WHAT THE TASK ASKS:
Scan the records below for the line with "#185=ORIENTED_EDGE('',*,*,#134,.T.);" and the line with "# FreeCAD 1.0 macro for this part". Repeat those two lines and every line between them exactly, and nothing else.

PROVIDED MATERIAL:
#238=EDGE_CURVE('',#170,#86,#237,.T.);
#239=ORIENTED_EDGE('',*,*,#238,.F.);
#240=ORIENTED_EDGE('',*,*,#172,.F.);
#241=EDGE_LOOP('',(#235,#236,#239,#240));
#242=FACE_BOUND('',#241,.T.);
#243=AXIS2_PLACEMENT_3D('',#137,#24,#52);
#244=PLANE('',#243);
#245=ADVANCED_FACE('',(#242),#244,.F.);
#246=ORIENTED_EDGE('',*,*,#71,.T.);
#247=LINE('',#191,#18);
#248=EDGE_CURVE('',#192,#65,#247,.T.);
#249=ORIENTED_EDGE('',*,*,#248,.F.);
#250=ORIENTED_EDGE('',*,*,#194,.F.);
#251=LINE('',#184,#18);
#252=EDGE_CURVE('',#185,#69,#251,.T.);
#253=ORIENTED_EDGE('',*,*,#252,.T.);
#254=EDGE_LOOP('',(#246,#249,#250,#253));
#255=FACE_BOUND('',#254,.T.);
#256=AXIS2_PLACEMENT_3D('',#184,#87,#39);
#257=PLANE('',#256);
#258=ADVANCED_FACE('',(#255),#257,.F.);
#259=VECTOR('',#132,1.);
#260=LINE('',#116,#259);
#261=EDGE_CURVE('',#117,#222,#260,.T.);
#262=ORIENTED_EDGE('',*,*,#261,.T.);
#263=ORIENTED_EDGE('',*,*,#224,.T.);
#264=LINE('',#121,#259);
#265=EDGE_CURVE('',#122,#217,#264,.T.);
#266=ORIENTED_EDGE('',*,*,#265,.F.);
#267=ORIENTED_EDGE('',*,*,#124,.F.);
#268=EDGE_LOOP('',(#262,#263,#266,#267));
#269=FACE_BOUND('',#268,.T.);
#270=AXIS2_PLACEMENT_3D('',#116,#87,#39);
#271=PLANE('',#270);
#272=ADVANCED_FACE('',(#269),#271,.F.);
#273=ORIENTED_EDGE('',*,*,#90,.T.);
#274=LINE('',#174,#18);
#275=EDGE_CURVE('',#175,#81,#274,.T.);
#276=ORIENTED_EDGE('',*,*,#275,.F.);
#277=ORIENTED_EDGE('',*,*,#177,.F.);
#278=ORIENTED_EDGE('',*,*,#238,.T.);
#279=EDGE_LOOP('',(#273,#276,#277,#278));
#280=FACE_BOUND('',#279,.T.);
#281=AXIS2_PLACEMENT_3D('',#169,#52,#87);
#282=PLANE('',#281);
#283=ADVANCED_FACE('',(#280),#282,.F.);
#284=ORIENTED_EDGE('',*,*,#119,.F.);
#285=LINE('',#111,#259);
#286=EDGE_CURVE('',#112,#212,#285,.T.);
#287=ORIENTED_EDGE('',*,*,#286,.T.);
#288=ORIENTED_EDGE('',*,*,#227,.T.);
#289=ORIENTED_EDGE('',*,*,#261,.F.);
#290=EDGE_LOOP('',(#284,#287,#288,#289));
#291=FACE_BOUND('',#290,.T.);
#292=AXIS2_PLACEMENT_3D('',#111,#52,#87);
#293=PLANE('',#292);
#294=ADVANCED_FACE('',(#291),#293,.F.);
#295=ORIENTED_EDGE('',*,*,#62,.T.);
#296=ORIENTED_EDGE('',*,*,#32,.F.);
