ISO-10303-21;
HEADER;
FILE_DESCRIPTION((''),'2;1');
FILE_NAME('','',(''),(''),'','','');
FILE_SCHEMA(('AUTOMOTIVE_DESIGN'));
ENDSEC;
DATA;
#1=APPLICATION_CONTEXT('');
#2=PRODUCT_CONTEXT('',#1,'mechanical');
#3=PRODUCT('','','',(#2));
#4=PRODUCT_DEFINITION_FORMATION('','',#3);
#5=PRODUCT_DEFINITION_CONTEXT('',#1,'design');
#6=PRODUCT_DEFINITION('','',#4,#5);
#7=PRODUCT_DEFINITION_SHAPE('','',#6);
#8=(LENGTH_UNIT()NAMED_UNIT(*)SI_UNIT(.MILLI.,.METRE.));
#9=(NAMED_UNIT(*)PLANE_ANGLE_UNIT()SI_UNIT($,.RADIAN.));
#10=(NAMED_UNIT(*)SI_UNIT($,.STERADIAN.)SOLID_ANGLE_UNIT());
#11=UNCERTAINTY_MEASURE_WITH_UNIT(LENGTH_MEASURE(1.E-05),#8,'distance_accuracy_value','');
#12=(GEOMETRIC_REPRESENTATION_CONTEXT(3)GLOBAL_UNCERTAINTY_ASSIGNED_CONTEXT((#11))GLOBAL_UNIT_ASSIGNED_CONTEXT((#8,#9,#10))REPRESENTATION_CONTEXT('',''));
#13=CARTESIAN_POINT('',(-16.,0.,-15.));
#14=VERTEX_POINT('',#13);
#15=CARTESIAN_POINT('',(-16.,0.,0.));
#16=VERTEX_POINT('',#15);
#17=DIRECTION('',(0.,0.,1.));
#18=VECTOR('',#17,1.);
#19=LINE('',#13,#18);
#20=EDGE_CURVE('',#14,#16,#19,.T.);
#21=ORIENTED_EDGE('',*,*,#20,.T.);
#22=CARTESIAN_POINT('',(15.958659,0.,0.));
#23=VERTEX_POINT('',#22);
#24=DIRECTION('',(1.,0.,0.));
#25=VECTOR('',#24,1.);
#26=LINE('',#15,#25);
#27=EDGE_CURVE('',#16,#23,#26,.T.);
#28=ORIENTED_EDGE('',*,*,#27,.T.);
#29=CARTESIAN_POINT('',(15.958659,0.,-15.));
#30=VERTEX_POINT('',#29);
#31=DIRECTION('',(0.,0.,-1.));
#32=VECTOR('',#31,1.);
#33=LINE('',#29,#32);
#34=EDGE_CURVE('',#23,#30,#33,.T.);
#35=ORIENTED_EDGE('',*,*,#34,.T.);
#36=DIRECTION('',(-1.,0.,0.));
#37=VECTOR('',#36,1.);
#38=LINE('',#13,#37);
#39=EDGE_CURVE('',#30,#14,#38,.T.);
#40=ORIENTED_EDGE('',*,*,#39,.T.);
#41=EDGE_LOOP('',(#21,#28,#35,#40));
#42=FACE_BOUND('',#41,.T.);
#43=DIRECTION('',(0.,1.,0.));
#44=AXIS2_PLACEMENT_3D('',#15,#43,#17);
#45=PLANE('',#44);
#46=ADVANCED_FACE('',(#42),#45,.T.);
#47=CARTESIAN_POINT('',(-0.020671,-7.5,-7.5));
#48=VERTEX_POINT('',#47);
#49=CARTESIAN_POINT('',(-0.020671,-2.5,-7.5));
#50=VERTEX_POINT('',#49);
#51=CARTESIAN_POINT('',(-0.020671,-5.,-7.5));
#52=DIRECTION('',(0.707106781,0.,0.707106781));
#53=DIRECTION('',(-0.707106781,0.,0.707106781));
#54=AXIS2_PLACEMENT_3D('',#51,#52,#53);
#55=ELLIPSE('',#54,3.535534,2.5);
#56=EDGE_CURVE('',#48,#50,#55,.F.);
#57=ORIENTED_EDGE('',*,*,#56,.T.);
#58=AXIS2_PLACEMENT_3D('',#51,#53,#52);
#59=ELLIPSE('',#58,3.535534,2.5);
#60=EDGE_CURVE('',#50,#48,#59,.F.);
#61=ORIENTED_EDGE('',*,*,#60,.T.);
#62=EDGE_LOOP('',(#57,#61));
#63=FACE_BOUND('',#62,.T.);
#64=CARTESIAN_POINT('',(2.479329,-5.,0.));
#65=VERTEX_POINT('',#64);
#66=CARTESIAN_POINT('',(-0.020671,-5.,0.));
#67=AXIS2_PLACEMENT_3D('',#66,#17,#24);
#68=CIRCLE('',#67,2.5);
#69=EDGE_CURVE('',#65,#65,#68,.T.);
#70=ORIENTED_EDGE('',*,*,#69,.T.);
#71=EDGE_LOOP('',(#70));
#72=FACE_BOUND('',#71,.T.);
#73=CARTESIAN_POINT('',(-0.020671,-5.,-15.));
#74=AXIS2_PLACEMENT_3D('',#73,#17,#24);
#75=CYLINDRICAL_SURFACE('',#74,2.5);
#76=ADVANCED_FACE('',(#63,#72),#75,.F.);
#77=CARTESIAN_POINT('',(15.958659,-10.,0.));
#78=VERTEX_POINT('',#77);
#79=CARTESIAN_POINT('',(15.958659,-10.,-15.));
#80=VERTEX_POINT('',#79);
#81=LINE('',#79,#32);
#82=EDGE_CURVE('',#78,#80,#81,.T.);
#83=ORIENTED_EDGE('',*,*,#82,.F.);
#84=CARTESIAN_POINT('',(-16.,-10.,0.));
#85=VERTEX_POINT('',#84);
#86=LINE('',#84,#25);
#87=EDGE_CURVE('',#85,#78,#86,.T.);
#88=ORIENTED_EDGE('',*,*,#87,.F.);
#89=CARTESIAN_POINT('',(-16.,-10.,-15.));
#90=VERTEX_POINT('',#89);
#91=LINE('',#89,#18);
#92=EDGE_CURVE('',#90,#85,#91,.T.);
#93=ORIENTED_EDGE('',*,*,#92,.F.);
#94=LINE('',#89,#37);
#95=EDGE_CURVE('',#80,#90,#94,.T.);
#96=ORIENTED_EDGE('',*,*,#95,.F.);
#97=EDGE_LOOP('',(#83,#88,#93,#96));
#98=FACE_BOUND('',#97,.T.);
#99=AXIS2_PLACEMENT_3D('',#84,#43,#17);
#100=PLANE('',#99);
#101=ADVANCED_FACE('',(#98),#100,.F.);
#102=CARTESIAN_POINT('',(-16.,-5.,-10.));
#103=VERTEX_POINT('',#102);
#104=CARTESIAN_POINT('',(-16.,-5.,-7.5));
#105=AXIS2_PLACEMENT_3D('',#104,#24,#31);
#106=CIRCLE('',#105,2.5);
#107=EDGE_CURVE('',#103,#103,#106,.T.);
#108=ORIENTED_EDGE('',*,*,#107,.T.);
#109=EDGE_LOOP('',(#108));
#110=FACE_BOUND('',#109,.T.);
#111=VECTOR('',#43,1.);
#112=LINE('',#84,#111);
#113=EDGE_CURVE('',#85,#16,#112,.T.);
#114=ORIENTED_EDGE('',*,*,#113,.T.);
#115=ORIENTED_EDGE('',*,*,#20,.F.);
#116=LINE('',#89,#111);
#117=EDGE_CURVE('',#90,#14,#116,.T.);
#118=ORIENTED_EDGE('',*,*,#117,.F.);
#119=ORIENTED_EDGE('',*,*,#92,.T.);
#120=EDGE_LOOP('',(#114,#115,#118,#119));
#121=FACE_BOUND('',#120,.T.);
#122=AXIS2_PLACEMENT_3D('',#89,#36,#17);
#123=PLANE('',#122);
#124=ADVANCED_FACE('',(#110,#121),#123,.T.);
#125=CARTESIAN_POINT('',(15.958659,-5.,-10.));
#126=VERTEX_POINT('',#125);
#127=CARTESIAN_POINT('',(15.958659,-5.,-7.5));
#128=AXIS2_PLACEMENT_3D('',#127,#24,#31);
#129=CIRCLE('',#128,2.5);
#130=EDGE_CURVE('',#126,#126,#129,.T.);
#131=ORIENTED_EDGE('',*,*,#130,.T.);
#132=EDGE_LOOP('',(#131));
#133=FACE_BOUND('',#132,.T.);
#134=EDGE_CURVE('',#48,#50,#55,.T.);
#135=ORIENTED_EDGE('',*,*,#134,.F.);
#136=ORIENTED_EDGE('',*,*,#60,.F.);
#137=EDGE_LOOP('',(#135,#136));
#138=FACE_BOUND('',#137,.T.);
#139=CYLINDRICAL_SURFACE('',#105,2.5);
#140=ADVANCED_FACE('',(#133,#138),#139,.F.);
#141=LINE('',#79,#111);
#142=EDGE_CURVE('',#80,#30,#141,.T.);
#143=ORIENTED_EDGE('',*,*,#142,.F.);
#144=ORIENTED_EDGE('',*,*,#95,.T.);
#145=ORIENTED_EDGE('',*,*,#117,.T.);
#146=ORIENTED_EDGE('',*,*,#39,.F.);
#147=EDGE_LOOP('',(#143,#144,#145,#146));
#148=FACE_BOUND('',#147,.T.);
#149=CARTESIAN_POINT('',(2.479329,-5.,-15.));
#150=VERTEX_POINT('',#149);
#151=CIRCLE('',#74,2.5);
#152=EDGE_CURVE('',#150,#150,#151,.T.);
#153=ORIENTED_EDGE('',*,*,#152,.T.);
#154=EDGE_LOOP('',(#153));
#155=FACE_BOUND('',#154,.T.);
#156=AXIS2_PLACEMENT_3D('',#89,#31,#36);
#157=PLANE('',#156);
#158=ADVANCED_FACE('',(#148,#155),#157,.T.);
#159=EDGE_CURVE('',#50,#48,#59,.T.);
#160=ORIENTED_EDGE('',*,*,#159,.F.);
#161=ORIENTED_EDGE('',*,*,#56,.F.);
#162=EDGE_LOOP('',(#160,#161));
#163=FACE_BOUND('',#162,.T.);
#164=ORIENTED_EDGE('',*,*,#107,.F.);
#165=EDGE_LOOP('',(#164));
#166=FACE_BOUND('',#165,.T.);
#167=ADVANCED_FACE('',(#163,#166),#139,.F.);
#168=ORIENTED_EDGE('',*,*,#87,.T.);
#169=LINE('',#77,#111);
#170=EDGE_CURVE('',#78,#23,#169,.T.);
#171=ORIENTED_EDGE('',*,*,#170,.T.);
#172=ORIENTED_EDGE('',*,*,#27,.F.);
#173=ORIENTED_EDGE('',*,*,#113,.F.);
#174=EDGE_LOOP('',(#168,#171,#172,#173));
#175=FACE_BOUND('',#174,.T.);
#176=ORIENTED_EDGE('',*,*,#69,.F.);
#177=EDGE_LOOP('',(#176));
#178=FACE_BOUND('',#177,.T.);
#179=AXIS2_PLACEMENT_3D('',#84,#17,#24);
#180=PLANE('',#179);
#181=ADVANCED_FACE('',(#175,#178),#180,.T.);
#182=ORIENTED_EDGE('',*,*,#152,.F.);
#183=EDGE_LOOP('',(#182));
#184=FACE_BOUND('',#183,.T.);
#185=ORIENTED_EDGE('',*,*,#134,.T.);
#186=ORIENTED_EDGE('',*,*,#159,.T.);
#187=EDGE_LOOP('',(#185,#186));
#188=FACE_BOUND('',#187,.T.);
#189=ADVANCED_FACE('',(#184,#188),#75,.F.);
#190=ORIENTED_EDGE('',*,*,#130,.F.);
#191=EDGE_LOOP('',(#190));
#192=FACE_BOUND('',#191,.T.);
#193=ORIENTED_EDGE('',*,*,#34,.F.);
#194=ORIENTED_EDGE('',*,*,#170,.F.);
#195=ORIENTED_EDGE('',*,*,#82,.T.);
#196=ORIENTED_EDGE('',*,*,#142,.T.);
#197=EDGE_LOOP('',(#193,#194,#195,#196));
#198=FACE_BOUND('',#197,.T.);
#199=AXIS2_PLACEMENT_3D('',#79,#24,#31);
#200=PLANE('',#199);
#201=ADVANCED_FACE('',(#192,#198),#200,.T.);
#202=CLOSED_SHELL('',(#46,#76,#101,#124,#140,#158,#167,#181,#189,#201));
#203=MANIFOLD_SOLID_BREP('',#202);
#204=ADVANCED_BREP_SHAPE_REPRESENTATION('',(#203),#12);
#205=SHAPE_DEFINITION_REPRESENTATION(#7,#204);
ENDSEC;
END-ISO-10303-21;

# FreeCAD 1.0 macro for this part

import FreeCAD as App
import Part
import Sketcher


def add_polygon(sketch, points):
    """Adds a closed chain of lines whose ends are joined by coincident constraints."""
    first, n = sketch.GeometryCount, len(points)
    for a, b in zip(points, points[1:] + points[:1]):
        sketch.addGeometry(Part.LineSegment(App.Vector(*a, 0), App.Vector(*b, 0)), False)
    for i in range(n):
        sketch.addConstraint(Sketcher.Constraint("Coincident", first + i, 2, first + (i + 1) % n, 1))

doc = App.newDocument("Part")
body = doc.addObject("PartDesign::Body", "Body")

# Sketch on XZ plane
sketch1 = doc.addObject("Sketcher::SketchObject", "Sketch")
body.addObject(sketch1)
sketch1.AttachmentSupport = (doc.XZ_Plane, [""])
sketch1.MapMode = "FlatFace"
add_polygon(sketch1, [(-16, -15), (-16, 0), (15.958659, 0), (15.958659, -15)])  # lines 0-3
sketch1.addConstraint([
    Sketcher.Constraint("Vertical", 0),
    Sketcher.Constraint("Horizontal", 1),
    Sketcher.Constraint("Vertical", 2),
    Sketcher.Constraint("Horizontal", 3),
    Sketcher.Constraint("PointOnObject", 0, 2, -1),
    Sketcher.Constraint("DistanceY", 0, 1, 0, 2, 15.0),
    Sketcher.Constraint("DistanceX", 0, 2, -1, 1, 16.0),
    Sketcher.Constraint("DistanceX", 1, 1, 1, 2, 31.958659),
])
pad1 = doc.addObject("PartDesign::Pad", "Pad")
body.addObject(pad1)
pad1.Profile = sketch1
pad1.Length = 10

# Sketch on XY plane
sketch2 = doc.addObject("Sketcher::SketchObject", "Sketch001")
body.addObject(sketch2)
sketch2.AttachmentSupport = (doc.XY_Plane, [""])
sketch2.MapMode = "FlatFace"
sketch2.addGeometry(Part.Circle(App.Vector(-0.020671, -5, 0), App.Vector(0, 0, 1), 2.5), False)
sketch2.addConstraint([
    Sketcher.Constraint("Diameter", 0, 5.0),
    Sketcher.Constraint("DistanceY", 0, 3, -1, 1, 5.0),
    Sketcher.Constraint("DistanceX", 0, 3, -1, 1, 0.020671),
])
pocket1 = doc.addObject("PartDesign::Pocket", "Pocket")
body.addObject(pocket1)
pocket1.Profile = sketch2
pocket1.Type = "ThroughAll"

# Sketch on YZ plane
sketch3 = doc.addObject("Sketcher::SketchObject", "Sketch002")
body.addObject(sketch3)
sketch3.AttachmentSupport = (doc.YZ_Plane, [""])
sketch3.MapMode = "FlatFace"
sketch3.AttachmentOffset = App.Placement(App.Vector(0, 0, 15.958659), App.Rotation())
sketch3.addGeometry(Part.Circle(App.Vector(-5, -7.5, 0), App.Vector(0, 0, 1), 2.5), False)
sketch3.addConstraint([
    Sketcher.Constraint("Diameter", 0, 5.0),
    Sketcher.Constraint("DistanceX", 0, 3, -1, 1, 5.0),
    Sketcher.Constraint("DistanceY", 0, 3, -1, 1, 7.5),
])
pocket2 = doc.addObject("PartDesign::Pocket", "Pocket001")
body.addObject(pocket2)
pocket2.Profile = sketch3
pocket2.Type = "ThroughAll"

doc.recompute()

ANSWER FOR THIS EXERCISE:
#185=ORIENTED_EDGE('',*,*,#134,.T.);
#186=ORIENTED_EDGE('',*,*,#159,.T.);
#187=EDGE_LOOP('',(#185,#186));
#188=FACE_BOUND('',#187,.T.);
#189=ADVANCED_FACE('',(#184,#188),#75,.F.);
#190=ORIENTED_EDGE('',*,*,#130,.F.);
#191=EDGE_LOOP('',(#190));
#192=FACE_BOUND('',#191,.T.);
#193=ORIENTED_EDGE('',*,*,#34,.F.);
#194=ORIENTED_EDGE('',*,*,#170,.F.);
#195=ORIENTED_EDGE('',*,*,#82,.T.);
#196=ORIENTED_EDGE('',*,*,#142,.T.);
#197=EDGE_LOOP('',(#193,#194,#195,#196));
#198=FACE_BOUND('',#197,.T.);
#199=AXIS2_PLACEMENT_3D('',#79,#24,#31);
#200=PLANE('',#199);
#201=ADVANCED_FACE('',(#192,#198),#200,.T.);
#202=CLOSED_SHELL('',(#46,#76,#101,#124,#140,#158,#167,#181,#189,#201));
#203=MANIFOLD_SOLID_BREP('',#202);
#204=ADVANCED_BREP_SHAPE_REPRESENTATION('',(#203),#12);
#205=SHAPE_DEFINITION_REPRESENTATION(#7,#204);
ENDSEC;
END-ISO-10303-21;

# FreeCAD 1.0 macro for this part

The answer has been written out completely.